Fin septembre, le couvert est restitué au sol, détruit par un déchaumage ou par un rouleau Faca placé à l’avant du tracteur pendant le semis du second couvert. Ce dernier, un méteil, est récolté juste avant le semis du maïs ensilage au strip-till. « Les 60 hectares de couverts sont ensilés. 30 hectares servent à l’alimentation du bétail et les 30 hectares restants à celle du méthaniseur », présente-t-il. Ce qui complète la ration de l’unité, aussi composée des déjections animales de l’exploitation.
« Il faut compter 60 à 70 €/ha pour ces doubles couverts. »
Ce couvert d’hiver est composé de seigle (60 kg/ha), de vesce (20 kg/ha) et, sur les 30 ha à destination du cheptel seulement, de trèfles incarnat et squarrosum en mélange (3 kg/ha). « Au total, ces deux couverts successifs nous coûtent environ 60 à 70 €/ha, chiffre Jean-Michel Diard. Nous produisons nous-même le seigle. Cette année, j’ai aussi réussi la vesce, et je récupère la semence de tournesol chez un voisin. Je n’achète donc que le radis, le trèfle et le sorgho, de la variété Piper. Ses petites semences permettent de densifier le couvert. »
Jean- Michel Diard et son frère ont fait évoluer leurs couverts jusqu’à trouver les associations qui leur conviennent le mieux. « Nous avons notamment laissé de côté la féverole, qui attrapait trop de maladies, illustre-t-il. Elle ne passait pas l’hiver alors que nous cherchons à semer le méteil tôt. »
0,7 point de matière organique supplémentaire
Le semis d’un couvert supplémentaire est chronophage, mais les exploitants ont gagné beaucoup de temps par ailleurs depuis leur passage en agriculture de conservation des sols. « C’est aussi grâce au semis direct que l’on peut se permettre de faire deux semis », souligne Jean-Michel Diard.

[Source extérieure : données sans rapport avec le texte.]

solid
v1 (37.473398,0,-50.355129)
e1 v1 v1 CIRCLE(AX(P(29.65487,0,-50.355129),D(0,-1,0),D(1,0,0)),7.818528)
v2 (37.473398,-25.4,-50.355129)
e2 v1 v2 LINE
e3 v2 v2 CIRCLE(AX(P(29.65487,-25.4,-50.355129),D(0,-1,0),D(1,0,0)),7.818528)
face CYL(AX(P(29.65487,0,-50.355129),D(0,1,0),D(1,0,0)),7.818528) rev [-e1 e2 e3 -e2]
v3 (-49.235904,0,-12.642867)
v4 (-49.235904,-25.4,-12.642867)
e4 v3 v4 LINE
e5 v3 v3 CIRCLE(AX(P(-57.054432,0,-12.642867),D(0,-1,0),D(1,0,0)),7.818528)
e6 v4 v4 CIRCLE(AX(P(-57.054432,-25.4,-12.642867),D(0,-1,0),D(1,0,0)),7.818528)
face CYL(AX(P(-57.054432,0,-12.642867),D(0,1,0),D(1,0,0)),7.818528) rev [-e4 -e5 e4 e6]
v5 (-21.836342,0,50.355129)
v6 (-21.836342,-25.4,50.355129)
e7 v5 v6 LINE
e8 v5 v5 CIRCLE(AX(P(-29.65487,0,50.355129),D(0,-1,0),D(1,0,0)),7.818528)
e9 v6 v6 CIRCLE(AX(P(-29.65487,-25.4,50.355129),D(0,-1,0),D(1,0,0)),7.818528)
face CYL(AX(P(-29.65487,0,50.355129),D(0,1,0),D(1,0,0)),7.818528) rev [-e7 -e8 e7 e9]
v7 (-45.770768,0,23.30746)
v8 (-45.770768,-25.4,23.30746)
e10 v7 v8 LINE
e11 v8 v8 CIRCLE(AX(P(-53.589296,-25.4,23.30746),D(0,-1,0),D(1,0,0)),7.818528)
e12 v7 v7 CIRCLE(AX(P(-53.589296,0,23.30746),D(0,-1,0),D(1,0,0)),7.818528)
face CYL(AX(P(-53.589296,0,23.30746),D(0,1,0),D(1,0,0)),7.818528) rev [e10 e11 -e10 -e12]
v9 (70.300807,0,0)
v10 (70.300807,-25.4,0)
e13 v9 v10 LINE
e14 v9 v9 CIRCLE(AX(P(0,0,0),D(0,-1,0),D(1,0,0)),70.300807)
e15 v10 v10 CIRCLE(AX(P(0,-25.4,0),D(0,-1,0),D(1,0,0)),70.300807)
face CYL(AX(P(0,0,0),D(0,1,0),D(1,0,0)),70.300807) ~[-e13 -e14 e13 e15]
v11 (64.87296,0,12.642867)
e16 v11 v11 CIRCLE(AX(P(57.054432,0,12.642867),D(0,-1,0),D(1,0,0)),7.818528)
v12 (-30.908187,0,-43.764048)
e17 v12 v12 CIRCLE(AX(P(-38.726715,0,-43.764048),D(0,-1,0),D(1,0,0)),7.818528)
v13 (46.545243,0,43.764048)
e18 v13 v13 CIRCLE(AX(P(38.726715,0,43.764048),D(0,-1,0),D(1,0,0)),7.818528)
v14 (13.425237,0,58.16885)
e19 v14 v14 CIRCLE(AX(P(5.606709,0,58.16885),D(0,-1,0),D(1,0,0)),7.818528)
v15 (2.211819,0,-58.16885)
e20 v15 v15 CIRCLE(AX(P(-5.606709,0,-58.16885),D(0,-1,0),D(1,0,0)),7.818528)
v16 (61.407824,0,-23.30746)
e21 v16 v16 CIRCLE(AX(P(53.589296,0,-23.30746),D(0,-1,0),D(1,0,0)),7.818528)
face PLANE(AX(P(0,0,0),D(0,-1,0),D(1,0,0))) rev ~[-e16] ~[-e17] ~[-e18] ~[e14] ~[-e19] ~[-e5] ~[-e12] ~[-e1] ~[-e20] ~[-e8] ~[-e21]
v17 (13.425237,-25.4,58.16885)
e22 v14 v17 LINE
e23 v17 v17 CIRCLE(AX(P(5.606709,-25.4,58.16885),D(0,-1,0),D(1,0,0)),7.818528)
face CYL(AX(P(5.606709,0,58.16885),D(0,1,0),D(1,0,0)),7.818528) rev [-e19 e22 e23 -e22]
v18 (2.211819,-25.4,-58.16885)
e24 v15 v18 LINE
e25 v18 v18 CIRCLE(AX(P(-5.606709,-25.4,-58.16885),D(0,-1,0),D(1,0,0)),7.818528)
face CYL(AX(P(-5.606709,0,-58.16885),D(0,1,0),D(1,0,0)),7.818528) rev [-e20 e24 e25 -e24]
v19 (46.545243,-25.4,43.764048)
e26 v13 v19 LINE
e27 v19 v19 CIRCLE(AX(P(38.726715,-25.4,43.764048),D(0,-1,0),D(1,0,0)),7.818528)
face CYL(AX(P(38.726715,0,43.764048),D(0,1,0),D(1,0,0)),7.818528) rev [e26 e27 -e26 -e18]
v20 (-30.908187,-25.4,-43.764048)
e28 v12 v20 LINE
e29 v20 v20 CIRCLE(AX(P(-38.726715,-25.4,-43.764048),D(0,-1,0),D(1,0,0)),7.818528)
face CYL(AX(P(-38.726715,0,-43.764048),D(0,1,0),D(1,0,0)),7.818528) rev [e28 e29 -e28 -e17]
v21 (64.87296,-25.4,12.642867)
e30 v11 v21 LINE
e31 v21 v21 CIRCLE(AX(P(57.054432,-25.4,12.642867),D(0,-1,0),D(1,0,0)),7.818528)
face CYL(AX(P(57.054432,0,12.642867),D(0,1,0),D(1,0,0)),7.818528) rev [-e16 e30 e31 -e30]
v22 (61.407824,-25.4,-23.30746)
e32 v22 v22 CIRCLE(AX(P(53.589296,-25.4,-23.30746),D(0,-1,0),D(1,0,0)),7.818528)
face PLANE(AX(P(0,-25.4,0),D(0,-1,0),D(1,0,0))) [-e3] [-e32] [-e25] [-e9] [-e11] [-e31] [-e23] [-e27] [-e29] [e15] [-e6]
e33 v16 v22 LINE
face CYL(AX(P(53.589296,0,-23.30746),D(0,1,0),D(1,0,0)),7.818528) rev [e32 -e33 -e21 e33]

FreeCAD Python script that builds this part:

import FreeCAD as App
import Part
import Sketcher

V = App.Vector
Q = App.Units.Quantity

doc = App.newDocument("Part")
params = doc.addObject("Spreadsheet::Sheet", "Params")
for row, (alias, value) in enumerate([
    ("pad1_length", "1 in"),
], start=1):
    params.set(f"A{row}", alias)
    params.set(f"B{row}", "=" + value)
    params.setAlias(f"B{row}", alias)

body = doc.addObject("PartDesign::Body", "Body")

# Sketch on XZ plane
sketch1 = doc.addObject("Sketcher::SketchObject", "Sketch")
body.addObject(sketch1)
sketch1.AttachmentSupport = (doc.XZ_Plane, [""])
sketch1.MapMode = "FlatFace"
sketch1.addGeometry(Part.Circle(V(0, 0, 0), V(0, 0, 1), 70), False)
sketch1.addGeometry(Part.Circle(V(-39, -44, 0), V(0, 0, 1), 8), False)
sketch1.addGeometry(Part.Circle(V(-6, -58, 0), V(0, 0, 1), 8), False)
sketch1.addGeometry(Part.Circle(V(-57, -13, 0), V(0, 0, 1), 8), False)
sketch1.addGeometry(Part.Circle(V(30, -50, 0), V(0, 0, 1), 8), False)
sketch1.addGeometry(Part.Circle(V(54, -23, 0), V(0, 0, 1), 8), False)
sketch1.addGeometry(Part.Circle(V(-54, 23, 0), V(0, 0, 1), 8), False)
sketch1.addGeometry(Part.Circle(V(-30, 50, 0), V(0, 0, 1), 8), False)
sketch1.addGeometry(Part.Circle(V(57, 13, 0), V(0, 0, 1), 8), False)
sketch1.addGeometry(Part.Circle(V(6, 58, 0), V(0, 0, 1), 8), False)
sketch1.addGeometry(Part.Circle(V(39, 44, 0), V(0, 0, 1), 8), False)
sketch1.addConstraint(Sketcher.Constraint("Coincident", 0, 3, -1, 1))
sketch1.addConstraint(Sketcher.Constraint("Equal", 1, 2))
sketch1.addConstraint(Sketcher.Constraint("Equal", 2, 3))
sketch1.addConstraint(Sketcher.Constraint("Equal", 3, 4))
sketch1.addConstraint(Sketcher.Constraint("Equal", 4, 5))
sketch1.addConstraint(Sketcher.Constraint("Equal", 5, 6))
sketch1.addConstraint(Sketcher.Constraint("Equal", 6, 7))
sketch1.addConstraint(Sketcher.Constraint("Equal", 7, 8))
sketch1.addConstraint(Sketcher.Constraint("Equal", 8, 9))
sketch1.addConstraint(Sketcher.Constraint("Equal", 9, 10))
sketch1.addConstraint(Sketcher.Constraint("Symmetric", 5, 3, 6, 3, -1, 1))
sketch1.addConstraint(Sketcher.Constraint("Symmetric", 4, 3, 7, 3, -1, 1))
sketch1.addConstraint(Sketcher.Constraint("Symmetric", 3, 3, 8, 3, -1, 1))
sketch1.addConstraint(Sketcher.Constraint("Symmetric", 2, 3, 9, 3, -1, 1))
sketch1.addConstraint(Sketcher.Constraint("Symmetric", 1, 3, 10, 3, -1, 1))
sketch1.addConstraint(Sketcher.Constraint("Diameter", 0, Q("140.601614 mm")))
sketch1.addConstraint(Sketcher.Constraint("Diameter", 1, Q("15.637056 mm")))
sketch1.addConstraint(Sketcher.Constraint("DistanceY", 2, 3, 1, 3, Q("14.404802 mm")))
sketch1.addConstraint(Sketcher.Constraint("DistanceX", 3, 3, 4, 3, Q("86.709302 mm")))
sketch1.addConstraint(Sketcher.Constraint("DistanceY", 1, 3, -1, 1, Q("43.764048 mm")))
sketch1.addConstraint(Sketcher.Constraint("DistanceX", 2, 3, -1, 1, Q("5.606709 mm")))
sketch1.addConstraint(Sketcher.Constraint("DistanceX", 3, 3, -1, 1, Q("57.054432 mm")))
sketch1.addConstraint(Sketcher.Constraint("DistanceY", 4, 3, -1, 1, Q("50.355129 mm")))
sketch1.addConstraint(Sketcher.Constraint("DistanceY", 5, 3, -1, 1, Q("23.30746 mm")))
sketch1.addConstraint(Sketcher.Constraint("DistanceY", 1, 3, 3, 3, Q("31.121181 mm")))
sketch1.addConstraint(Sketcher.Constraint("DistanceX", 1, 3, 5, 3, Q("92.316011 mm")))
sketch1.addConstraint(Sketcher.Constraint("DistanceX", 6, 3, 1, 3, Q("14.862581 mm")))
pad1 = doc.addObject("PartDesign::Pad", "Pad")
body.addObject(pad1)
pad1.Profile = sketch1
pad1.setExpression("Length", "Params.pad1_length")

doc.recompute()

Sur l’exploitation, le taux de matière organique a progressé de 0,7 point entre 2019 et 2025, pour atteindre environ 3,2 %. Cette progression ne peut toutefois pas être attribuée au double couvert, du moins pas uniquement, mais plus largement à la transition en agriculture de conservation et à l’entrée en service du méthaniseur.
Depuis 2019, les épandages de digestat ont remplacé les épandages de fumier et de lisier, avec un passage fin août sur le couvert d’été, un en février sur le méteil, puis un dernier juste après le semis des maïs. « Ce digestat nous permet d’avoir un beau volume de couverts », estime-t-il. Sa totalité est ainsi valorisée sur l’exploitation. « Cela nous a aussi permis une économie d’un demi-camion d’azote par an, soit environ 12 à 15 tonnes », calcule Jean-Michel Diard.